# r&t kennels new pups



## rob keck (May 11, 2012)

we had 8 fine little pups. should make some really fine hunting  dogs  5 males and 3 females


----------



## gemcgrew (May 11, 2012)

Good looking litter!


----------



## mlandrum (May 11, 2012)

Hurry Rob !!!!!    Somebody slipped a RED pup in there on ya   Yep, they lookin good


----------



## rob keck (May 11, 2012)

there is 2 red ones both are red i love the red dogs



mlandrum said:


> Hurry Rob !!!!!    Somebody slipped a RED pup in there on ya   Yep, they lookin good


----------



## beagler101 (May 11, 2012)

2 good ones for sure


----------



## Rabbit Dog (May 12, 2012)

What they out of Rob? You done made Stretch a Papa?


----------



## rob keck (May 14, 2012)

yep strecth is a papa




Rabbit Dog said:


> What they out of Rob? You done made Stretch a Papa?


----------



## thomas gose (May 14, 2012)

Good lookin litter!


----------



## DeucesWild (May 14, 2012)

rob keck said:


> there is 2 red ones both are red i love the red dogs


----------



## Terry Long (May 14, 2012)

nice litter r&t Kennels but it looks like the same litter I had this Jan  6 females and 1male 

again nice litter


----------



## Rabbit Dog (May 14, 2012)

If they run half as good as Stretch, you got some good uns. Congratulations! You need to come out and get that 2nd win on your female...unless she is busy with those pups???


----------



## rob keck (May 15, 2012)

Rabbit Dog said:


> If they run half as good as Stretch, you got some good uns. Congratulations! You need to come out and get that 2nd win on your female...unless she is busy with those pups???

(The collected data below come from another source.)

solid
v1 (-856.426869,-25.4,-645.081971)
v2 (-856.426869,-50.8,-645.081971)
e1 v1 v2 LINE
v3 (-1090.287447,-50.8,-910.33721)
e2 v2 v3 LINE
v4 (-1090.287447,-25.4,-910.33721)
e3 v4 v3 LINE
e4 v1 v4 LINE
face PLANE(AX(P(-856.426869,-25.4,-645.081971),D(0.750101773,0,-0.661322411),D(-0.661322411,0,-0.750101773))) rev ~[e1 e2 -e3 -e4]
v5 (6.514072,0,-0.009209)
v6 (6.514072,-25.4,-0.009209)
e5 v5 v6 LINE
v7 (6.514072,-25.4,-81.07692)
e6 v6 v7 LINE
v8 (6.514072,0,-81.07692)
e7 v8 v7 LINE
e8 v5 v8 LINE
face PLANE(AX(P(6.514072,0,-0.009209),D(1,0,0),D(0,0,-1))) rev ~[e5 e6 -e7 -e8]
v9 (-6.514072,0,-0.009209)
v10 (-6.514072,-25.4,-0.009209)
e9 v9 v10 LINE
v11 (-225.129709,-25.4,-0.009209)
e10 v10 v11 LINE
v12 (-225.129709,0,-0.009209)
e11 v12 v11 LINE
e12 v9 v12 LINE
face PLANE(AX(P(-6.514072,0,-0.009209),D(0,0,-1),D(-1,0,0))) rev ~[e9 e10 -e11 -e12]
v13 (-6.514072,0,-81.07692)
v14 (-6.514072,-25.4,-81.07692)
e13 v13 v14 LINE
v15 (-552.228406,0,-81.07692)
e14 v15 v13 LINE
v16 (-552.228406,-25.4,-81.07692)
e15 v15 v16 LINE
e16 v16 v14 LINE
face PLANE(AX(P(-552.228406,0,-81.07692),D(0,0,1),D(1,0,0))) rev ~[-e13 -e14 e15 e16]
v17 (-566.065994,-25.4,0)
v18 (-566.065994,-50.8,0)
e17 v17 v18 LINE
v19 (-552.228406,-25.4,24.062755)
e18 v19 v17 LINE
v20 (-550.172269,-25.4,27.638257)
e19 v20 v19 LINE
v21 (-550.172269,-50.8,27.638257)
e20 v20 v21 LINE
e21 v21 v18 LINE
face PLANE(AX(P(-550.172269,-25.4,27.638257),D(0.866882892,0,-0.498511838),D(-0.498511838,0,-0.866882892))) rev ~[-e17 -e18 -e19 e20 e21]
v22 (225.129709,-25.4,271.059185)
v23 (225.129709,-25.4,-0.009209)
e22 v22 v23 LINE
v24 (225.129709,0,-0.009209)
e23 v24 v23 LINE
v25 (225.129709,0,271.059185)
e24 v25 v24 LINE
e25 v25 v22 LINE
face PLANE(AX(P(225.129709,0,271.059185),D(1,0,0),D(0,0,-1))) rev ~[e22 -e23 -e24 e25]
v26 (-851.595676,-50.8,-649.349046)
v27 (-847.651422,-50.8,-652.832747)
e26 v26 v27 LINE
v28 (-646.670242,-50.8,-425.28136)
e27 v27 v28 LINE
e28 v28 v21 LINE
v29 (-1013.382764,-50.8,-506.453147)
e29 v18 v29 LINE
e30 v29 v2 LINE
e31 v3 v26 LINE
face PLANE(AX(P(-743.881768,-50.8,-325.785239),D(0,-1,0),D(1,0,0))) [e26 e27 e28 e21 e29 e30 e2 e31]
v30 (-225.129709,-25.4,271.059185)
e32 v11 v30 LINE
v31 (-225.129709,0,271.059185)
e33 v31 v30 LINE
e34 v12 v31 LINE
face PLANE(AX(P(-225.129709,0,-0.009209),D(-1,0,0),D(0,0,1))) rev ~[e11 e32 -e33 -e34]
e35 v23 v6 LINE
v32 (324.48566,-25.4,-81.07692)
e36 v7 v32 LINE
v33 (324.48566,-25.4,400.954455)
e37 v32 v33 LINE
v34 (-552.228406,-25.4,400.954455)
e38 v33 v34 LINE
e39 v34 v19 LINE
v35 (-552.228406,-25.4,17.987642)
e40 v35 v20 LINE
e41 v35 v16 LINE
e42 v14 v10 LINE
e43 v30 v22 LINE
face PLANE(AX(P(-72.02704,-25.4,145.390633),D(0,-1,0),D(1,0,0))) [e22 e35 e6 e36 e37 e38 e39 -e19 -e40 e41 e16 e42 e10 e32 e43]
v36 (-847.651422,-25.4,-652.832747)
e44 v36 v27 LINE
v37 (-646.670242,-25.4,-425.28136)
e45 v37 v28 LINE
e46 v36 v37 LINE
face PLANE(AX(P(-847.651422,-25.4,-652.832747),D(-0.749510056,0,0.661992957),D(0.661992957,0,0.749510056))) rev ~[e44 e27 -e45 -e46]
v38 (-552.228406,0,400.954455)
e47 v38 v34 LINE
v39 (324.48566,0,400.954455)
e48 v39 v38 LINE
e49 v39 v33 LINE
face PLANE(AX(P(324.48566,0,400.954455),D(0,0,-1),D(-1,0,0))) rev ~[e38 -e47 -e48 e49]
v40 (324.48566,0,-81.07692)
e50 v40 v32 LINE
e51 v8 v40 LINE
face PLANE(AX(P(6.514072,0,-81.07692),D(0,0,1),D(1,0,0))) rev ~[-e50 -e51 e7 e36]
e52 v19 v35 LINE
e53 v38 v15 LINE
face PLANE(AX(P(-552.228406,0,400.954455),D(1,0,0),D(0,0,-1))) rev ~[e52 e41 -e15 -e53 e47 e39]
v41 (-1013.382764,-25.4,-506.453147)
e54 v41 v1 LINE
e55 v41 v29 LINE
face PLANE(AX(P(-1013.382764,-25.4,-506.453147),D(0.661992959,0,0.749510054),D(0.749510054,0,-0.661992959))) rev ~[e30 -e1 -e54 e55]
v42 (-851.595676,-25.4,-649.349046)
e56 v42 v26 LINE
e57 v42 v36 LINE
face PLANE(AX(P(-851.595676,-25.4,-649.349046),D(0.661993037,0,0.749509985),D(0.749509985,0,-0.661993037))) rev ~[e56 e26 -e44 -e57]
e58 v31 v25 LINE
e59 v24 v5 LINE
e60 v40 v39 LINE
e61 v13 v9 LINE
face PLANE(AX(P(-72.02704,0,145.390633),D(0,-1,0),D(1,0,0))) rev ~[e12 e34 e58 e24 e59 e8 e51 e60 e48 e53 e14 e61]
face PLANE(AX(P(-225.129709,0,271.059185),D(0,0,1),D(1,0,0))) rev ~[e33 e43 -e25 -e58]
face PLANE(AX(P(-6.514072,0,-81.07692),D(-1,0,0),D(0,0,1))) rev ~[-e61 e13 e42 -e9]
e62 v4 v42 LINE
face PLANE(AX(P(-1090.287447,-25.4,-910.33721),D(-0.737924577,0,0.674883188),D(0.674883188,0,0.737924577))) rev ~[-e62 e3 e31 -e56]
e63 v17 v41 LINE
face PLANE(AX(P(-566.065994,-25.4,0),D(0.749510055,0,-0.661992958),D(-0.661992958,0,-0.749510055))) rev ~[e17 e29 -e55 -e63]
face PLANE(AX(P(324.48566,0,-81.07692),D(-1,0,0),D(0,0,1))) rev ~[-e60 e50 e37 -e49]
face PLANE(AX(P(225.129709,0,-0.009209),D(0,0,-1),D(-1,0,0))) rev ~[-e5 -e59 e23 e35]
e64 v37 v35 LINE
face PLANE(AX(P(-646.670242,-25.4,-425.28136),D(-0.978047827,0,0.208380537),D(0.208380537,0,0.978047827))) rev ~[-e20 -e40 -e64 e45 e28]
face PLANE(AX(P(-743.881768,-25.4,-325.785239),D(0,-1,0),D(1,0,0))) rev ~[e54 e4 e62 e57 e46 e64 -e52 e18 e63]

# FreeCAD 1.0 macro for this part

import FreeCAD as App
import Part
import Sketcher
from FreeCAD import Vector
Q = App.Units.Quantity


def add_polygon(sketch, points):
    """Adds a closed chain of lines whose ends are joined by coincident constraints."""
    first, n = sketch.GeometryCount, len(points)
    for a, b in zip(points, points[1:] + points[:1]):
        sketch.addGeometry(Part.LineSegment(App.Vector(*a, 0), App.Vector(*b, 0)), False)
    for i in range(n):
        sketch.addConstraint(Sketcher.Constraint("Coincident", first + i, 2, first + (i + 1) % n, 1))

doc = App.newDocument("Part")
body = doc.addObject("PartDesign::Body", "Body")

sketch1 = body.newObject("Sketcher::SketchObject", "Sketch")
sketch1.AttachmentSupport = (doc.getObject("XZ_Plane"), [""])
sketch1.MapMode = "FlatFace"
add_polygon(sketch1, [(-225, 0), (-225, 271), (225, 271), (225, 0), (7, 0), (7, -81), (324, -81), (324, 401), (-552, 401), (-552, -81), (-7, -81), (-7, 0)])
sketch1.addConstraint([
    Sketcher.Constraint("Vertical", 0),
    Sketcher.Constraint("Horizontal", 1),
    Sketcher.Constraint("Vertical", 2),
    Sketcher.Constraint("Horizontal", 3),
    Sketcher.Constraint("Vertical", 4),
    Sketcher.Constraint("Horizontal", 5),
    Sketcher.Constraint("Vertical", 6),
    Sketcher.Constraint("Horizontal", 7),
    Sketcher.Constraint("Vertical", 8),
    Sketcher.Constraint("Horizontal", 9),
    Sketcher.Constraint("Vertical", 10),
    Sketcher.Constraint("Horizontal", 11),
    Sketcher.Constraint("Symmetric", 4, 2, 9, 2, -2),
    Sketcher.Constraint("Symmetric", 2, 2, 11, 2, -2),
    Sketcher.Constraint("DistanceX", 1, 1, 1, 2, 450.259418),
    Sketcher.Constraint("DistanceX", 5, 1, 5, 2, 317.971588),
    Sketcher.Constraint("DistanceY", 4, 2, 4, 1, 81.067711),
    Sketcher.Constraint("DistanceX", 3, 2, 3, 1, 218.615637),
    Sketcher.Constraint("DistanceX", 7, 2, 7, 1, 876.714066),
    Sketcher.Constraint("DistanceY", 0, 1, 0, 2, 271.068394),
    Sketcher.Constraint("DistanceY", 6, 1, 6, 2, 482.031375),
    Sketcher.Constraint("DistanceY", 2, 2, -1, 1, 0.009209),
])
pad1 = body.newObject("PartDesign::Pad", "Pad")
pad1.Profile = sketch1
pad1.Length = Q("1 in")

sketch2 = body.newObject("Sketcher::SketchObject", "Sketch001")
sketch2.AttachmentSupport = (doc.getObject("XZ_Plane"), [""])
sketch2.MapMode = "FlatFace"
sketch2.AttachmentOffset = App.Placement(Vector(0, 0, 1 * 25.4), App.Rotation())
add_polygon(sketch2, [(-1013, -506), (-856, -645), (-1090, -910), (-852, -649), (-848, -653), (-647, -425), (-550, 28), (-566, 0)])
sketch2.addConstraint([
    Sketcher.Constraint("PointOnObject", 6, 2, -1),
    Sketcher.Constraint("Parallel", 0, 3),
    Sketcher.Constraint("Perpendicular", 3, 4),
    Sketcher.Constraint("Parallel", 4, 7),
    Sketcher.Constraint("DistanceY", 3, 2, 2, 2, 3.483701),
    Sketcher.Constraint("DistanceX", 0, 2, 5, 2, 306.2546),
    Sketcher.Constraint("DistanceY", 2, 2, 7, 2, 142.895899),
    Sketcher.Constraint("Distance", 4, 303.600179),
    Sketcher.Constraint("Distance", 7, 675.712278),
    Sketcher.Constraint("DistanceX", 0, 2, -1, 1, 856.426869),
    Sketcher.Constraint("DistanceY", 0, 2, -1, 1, 645.081971),
    Sketcher.Constraint("DistanceY", 1, 2, -1, 1, 910.33721),
    Sketcher.Constraint("DistanceX", 3, 2, -1, 1, 847.651422),
    Sketcher.Constraint("DistanceX", 4, 2, -1, 1, 646.670242),
    Sketcher.Constraint("DistanceX", 1, 2, 2, 2, 238.691771),
    Sketcher.Constraint("Distance", 5, 463.085347),
])
pad2 = body.newObject("PartDesign::Pad", "Pad001")
pad2.Profile = sketch2
pad2.Length = Q("1 in")

doc.recompute()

no i bread him to another female i have thats out of jd 
i know i need 0ne more on her and one more on stretch but i have been so busy with the kids and building my new kennel"s dont worry i will be there soon i just need to get caught up


----------



## Rabbit Dog (May 15, 2012)

O'Neal Williams says "If a man's too busy to go fishing, he's just too busy." Same goes with running dogs!!!!
  Hurry up and get er done!


----------



## rob keck (May 16, 2012)

i am trying i am still running dogs i have a young dog that i have been running alot here lately and he is strecth's bother he is turning out to be a very nice dog,,, thats what i have been doing i run him solo and stretch solo and then zeena solo i am trying to get them fine tuned


----------



## Beagler282 (May 17, 2012)

Nice pups Rob.


----------



## rob keck (May 18, 2012)

Beagler282 said:


> Nice pups Rob.



thank you ray


----------



## mlandrum (May 18, 2012)

Terry Long said:


> nice litter r&t Kennels but it looks like the same litter I had this Jan  6 females and 1male View attachment 666755
> 
> again nice litter



Terry, who is that BLUE in your Avatar ?????


----------



## Terry Long (May 25, 2012)

mlandrum said:


> Terry, who is that BLUE in your Avatar ?????



that is my male beagle skullfork breeding


----------



## Nitram4891 (May 31, 2012)

Nice dogs!


----------